**WORK ORDER:**
Of the records that follow, copy only the lines from the line containing "#67=AXIS2_PLACEMENT_3D('',#66,#46,#47);" to the line containing "#76=AXIS2_PLACEMENT_3D('',#66,#17,#24);", both included, exactly as written.

**EXCERPTED DATA:**
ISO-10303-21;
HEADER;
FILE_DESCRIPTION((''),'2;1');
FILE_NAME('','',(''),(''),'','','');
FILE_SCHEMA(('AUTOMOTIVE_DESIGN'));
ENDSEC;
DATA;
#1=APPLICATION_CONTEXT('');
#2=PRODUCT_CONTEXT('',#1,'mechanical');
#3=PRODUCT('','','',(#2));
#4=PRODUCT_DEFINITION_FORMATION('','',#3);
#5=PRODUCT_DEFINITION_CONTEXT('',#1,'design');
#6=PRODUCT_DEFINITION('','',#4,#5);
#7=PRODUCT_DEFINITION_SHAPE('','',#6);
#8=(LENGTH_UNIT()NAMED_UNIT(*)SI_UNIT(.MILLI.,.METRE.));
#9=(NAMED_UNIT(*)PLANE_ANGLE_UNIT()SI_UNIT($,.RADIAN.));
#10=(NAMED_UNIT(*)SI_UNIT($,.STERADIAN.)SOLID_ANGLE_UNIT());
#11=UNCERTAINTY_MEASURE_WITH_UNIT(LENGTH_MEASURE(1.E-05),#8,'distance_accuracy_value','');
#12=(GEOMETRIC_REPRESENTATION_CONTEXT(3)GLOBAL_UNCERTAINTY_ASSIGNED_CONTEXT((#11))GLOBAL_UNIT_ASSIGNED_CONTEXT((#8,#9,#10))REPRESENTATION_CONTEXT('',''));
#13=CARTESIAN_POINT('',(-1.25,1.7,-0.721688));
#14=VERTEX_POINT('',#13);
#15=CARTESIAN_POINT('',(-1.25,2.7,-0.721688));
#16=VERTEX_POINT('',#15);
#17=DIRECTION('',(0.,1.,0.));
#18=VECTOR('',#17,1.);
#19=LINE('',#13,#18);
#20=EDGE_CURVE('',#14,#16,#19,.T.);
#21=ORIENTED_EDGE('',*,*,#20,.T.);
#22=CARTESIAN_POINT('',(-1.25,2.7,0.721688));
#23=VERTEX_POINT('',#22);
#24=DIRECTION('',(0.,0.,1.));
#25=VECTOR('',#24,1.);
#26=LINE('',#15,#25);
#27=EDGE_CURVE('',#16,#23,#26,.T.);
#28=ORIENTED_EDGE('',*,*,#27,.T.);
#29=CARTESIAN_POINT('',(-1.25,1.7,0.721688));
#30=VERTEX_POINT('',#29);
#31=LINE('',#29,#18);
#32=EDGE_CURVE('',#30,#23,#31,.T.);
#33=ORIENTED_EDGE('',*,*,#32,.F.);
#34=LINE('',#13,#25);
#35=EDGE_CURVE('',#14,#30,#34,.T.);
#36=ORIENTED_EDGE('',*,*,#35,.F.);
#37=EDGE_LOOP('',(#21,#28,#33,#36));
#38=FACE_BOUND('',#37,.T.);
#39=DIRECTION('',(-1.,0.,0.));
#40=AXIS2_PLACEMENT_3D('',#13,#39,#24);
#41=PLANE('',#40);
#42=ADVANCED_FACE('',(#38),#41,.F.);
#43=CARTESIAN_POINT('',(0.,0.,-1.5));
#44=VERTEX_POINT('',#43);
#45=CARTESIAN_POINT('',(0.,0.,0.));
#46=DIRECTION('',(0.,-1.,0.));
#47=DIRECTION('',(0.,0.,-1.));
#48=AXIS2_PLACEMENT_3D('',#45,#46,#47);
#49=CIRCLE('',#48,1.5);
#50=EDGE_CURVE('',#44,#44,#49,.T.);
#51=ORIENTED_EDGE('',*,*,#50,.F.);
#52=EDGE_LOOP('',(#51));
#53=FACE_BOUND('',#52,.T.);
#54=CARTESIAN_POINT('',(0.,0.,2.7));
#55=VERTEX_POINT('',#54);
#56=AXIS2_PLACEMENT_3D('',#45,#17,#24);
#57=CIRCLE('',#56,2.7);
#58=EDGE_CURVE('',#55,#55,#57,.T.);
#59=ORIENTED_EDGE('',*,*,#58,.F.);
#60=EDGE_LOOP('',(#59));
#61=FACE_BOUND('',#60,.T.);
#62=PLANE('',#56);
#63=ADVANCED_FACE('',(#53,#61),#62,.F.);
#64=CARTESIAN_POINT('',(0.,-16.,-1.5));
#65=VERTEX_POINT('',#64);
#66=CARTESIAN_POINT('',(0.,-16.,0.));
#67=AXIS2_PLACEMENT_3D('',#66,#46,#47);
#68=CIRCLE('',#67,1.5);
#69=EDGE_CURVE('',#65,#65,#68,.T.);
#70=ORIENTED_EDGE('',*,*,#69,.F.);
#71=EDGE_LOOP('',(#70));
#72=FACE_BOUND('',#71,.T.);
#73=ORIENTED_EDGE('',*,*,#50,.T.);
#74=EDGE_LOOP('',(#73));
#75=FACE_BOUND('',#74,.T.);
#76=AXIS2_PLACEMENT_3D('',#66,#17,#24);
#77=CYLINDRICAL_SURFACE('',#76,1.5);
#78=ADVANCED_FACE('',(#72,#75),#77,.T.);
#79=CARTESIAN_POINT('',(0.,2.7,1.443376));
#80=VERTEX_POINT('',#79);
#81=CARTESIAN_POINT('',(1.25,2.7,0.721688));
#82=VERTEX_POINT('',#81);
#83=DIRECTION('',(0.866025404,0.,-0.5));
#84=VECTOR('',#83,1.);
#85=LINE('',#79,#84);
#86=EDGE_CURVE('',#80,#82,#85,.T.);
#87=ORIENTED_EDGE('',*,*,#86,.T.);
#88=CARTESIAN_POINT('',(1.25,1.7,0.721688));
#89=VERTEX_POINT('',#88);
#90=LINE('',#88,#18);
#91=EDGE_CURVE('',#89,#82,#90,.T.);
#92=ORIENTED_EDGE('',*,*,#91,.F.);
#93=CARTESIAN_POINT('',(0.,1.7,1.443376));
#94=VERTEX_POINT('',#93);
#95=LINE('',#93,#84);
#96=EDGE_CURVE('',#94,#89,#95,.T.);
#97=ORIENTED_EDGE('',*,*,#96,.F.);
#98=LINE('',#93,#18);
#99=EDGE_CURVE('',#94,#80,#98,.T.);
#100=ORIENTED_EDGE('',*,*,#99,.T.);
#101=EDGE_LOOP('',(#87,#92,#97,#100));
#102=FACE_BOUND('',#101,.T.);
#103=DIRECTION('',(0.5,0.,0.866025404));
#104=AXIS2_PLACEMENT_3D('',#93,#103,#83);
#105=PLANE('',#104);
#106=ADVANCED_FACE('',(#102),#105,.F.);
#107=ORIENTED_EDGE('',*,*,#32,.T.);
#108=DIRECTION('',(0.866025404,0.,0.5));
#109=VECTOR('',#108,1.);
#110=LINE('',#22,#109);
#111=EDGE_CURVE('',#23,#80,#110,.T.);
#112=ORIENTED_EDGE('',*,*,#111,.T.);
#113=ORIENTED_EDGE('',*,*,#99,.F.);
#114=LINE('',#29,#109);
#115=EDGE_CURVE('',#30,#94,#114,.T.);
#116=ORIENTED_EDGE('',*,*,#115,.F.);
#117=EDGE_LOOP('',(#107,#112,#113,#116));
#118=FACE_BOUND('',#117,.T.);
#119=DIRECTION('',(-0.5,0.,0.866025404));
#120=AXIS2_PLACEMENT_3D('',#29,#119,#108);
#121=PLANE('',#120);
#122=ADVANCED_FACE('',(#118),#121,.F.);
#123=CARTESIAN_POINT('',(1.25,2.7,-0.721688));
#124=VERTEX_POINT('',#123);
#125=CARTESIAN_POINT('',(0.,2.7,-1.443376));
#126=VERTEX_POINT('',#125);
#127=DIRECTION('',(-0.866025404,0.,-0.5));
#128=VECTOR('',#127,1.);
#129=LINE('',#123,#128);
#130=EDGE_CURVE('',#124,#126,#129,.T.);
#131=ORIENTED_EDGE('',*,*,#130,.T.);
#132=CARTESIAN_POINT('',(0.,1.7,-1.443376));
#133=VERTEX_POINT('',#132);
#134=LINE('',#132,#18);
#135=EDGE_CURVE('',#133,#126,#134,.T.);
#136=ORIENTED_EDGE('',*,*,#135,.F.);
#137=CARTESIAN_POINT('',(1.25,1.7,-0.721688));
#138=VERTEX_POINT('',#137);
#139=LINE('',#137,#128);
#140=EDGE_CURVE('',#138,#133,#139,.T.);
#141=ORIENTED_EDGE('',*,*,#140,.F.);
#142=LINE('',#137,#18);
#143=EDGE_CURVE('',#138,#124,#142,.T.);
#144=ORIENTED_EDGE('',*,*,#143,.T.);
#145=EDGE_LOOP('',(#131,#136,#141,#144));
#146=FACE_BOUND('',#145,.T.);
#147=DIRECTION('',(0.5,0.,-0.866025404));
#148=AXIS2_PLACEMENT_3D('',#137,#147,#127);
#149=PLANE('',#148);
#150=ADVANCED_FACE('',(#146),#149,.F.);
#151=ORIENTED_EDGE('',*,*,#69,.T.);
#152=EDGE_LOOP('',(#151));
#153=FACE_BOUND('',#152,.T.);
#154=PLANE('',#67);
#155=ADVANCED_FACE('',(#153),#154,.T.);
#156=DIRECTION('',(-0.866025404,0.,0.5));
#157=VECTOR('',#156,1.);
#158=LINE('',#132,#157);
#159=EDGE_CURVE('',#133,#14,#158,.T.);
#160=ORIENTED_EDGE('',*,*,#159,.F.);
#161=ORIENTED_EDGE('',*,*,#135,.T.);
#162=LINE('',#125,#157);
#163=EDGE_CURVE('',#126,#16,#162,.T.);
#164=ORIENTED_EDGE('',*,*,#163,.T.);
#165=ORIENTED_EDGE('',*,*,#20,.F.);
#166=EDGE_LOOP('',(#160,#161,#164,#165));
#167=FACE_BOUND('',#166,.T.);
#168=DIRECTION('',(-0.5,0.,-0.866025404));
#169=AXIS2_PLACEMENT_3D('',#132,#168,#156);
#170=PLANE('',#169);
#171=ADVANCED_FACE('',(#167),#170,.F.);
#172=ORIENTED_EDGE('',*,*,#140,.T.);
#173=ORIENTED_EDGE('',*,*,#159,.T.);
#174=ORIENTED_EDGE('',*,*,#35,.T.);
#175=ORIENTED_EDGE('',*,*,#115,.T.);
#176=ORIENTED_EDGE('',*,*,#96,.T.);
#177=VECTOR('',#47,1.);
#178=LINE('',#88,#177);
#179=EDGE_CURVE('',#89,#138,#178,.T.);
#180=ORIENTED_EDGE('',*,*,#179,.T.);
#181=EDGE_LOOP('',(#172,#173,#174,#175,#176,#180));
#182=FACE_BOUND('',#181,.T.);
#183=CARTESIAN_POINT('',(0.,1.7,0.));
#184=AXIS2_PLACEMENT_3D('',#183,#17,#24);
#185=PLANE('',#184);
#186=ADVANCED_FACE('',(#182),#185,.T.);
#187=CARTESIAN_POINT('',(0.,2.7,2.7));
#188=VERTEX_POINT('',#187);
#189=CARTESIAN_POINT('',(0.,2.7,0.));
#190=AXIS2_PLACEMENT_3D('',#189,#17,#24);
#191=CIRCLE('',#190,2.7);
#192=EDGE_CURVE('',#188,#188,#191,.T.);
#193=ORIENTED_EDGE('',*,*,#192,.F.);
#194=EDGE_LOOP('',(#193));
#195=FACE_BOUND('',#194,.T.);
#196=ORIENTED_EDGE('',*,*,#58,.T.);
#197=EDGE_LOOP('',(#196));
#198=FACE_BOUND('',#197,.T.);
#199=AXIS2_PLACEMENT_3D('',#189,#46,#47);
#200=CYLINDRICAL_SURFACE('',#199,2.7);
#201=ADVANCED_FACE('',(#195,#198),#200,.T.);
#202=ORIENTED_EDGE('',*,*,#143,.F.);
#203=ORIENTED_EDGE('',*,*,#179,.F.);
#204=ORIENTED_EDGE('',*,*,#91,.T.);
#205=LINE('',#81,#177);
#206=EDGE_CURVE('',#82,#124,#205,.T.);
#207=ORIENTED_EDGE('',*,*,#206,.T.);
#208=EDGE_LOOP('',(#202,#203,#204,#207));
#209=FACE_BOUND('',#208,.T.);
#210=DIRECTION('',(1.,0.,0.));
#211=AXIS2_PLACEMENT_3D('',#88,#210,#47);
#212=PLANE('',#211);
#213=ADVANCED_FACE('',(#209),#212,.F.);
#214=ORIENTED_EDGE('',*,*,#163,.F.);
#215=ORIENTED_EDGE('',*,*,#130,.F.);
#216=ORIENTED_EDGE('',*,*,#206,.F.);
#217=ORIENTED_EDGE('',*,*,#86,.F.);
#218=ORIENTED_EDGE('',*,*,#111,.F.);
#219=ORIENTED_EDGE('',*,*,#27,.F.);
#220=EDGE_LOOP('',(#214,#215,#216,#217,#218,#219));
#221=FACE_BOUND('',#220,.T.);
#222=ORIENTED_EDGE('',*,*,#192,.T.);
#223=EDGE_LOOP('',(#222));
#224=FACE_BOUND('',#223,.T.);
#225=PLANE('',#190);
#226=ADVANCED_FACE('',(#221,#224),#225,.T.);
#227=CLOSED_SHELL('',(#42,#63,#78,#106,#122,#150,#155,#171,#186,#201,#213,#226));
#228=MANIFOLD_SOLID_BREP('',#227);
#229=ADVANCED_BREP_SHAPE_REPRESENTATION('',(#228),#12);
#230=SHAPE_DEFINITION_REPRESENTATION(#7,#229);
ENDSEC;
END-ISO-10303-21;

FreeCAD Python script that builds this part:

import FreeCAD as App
import Part
import Sketcher

V = App.Vector
Q = App.Units.Quantity


def add_polygon(sketch, points):
    """Adds a closed chain of lines whose ends are joined by coincident constraints."""
    first, n = sketch.GeometryCount, len(points)
    for a, b in zip(points, points[1:] + points[:1]):
        sketch.addGeometry(Part.LineSegment(App.Vector(*a, 0), App.Vector(*b, 0)), False)
    for i in range(n):
        sketch.addConstraint(Sketcher.Constraint("Coincident", first + i, 2, first + (i + 1) % n, 1))

doc = App.newDocument("Part")
body = doc.addObject("PartDesign::Body", "Body")

sketch1 = doc.addObject("Sketcher::SketchObject", "Sketch")
body.addObject(sketch1)
sketch1.AttachmentSupport = (doc.XZ_Plane, [""])
sketch1.MapMode = "FlatFace"
sketch1.addGeometry(Part.Circle(V(0, 0, 0), V(0, 0, 1), 2.7), False)
sketch1.addConstraint([
    Sketcher.Constraint("Coincident", 0, 3, -1, 1),
    Sketcher.Constraint("Diameter", 0, Q("5.4 mm")),
])
pad1 = doc.addObject("PartDesign::Pad", "Pad")
body.addObject(pad1)
pad1.Profile = sketch1
pad1.Length = 2.7
pad1.Reversed = True

sketch2 = doc.addObject("Sketcher::SketchObject", "Sketch001")
body.addObject(sketch2)
sketch2.AttachmentSupport = (doc.XZ_Plane, [""])
sketch2.MapMode = "FlatFace"
sketch2.AttachmentOffset = App.Placement(V(0, 0, -2.7), App.Rotation())
add_polygon(sketch2, [(0, -1.4), (-1.2, -0.7), (-1.2, 0.7), (0, 1.4), (1.2, 0.7), (1.2, -0.7)])
sketch2.addConstraint([
    Sketcher.Constraint("Vertical", 1),
    Sketcher.Constraint("Vertical", 4),
    Sketcher.Constraint("Symmetric", 0, 2, 3, 2, -1, 1),
    Sketcher.Constraint("Symmetric", 2, 2, 5, 2, -1, 1),
    Sketcher.Constraint("PointOnObject", 2, 2, -2),
    Sketcher.Constraint("Parallel", 2, 5),
    Sketcher.Constraint("Horizontal", 1, 2, 3, 2),
    Sketcher.Constraint("Angle", 0, Q("150 deg")),
    Sketcher.Constraint("DistanceX", 1, 2, 3, 2, Q("2.5 mm")),
    Sketcher.Constraint("DistanceY", 1, 1, 1, 2, Q("1.443376 mm")),
])
pocket1 = doc.addObject("PartDesign::Pocket", "Pocket")
body.addObject(pocket1)
pocket1.Profile = sketch2
pocket1.Length = 1
pocket1.Reversed = True

sketch3 = doc.addObject("Sketcher::SketchObject", "Sketch002")
body.addObject(sketch3)
sketch3.AttachmentSupport = (doc.XZ_Plane, [""])
sketch3.MapMode = "FlatFace"
sketch3.addGeometry(Part.Circle(V(0, 0, 0), V(0, 0, 1), 1.5), False)
sketch3.addConstraint([
    Sketcher.Constraint("Coincident", 0, 3, -1, 1),
    Sketcher.Constraint("Diameter", 0, Q("3 mm")),
])
pad2 = doc.addObject("PartDesign::Pad", "Pad001")
body.addObject(pad2)
pad2.Profile = sketch3
pad2.Length = 16

doc.recompute()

**ANSWER FOR THE TASK:**
#67=AXIS2_PLACEMENT_3D('',#66,#46,#47);
#68=CIRCLE('',#67,1.5);
#69=EDGE_CURVE('',#65,#65,#68,.T.);
#70=ORIENTED_EDGE('',*,*,#69,.F.);
#71=EDGE_LOOP('',(#70));
#72=FACE_BOUND('',#71,.T.);
#73=ORIENTED_EDGE('',*,*,#50,.T.);
#74=EDGE_LOOP('',(#73));
#75=FACE_BOUND('',#74,.T.);
#76=AXIS2_PLACEMENT_3D('',#66,#17,#24);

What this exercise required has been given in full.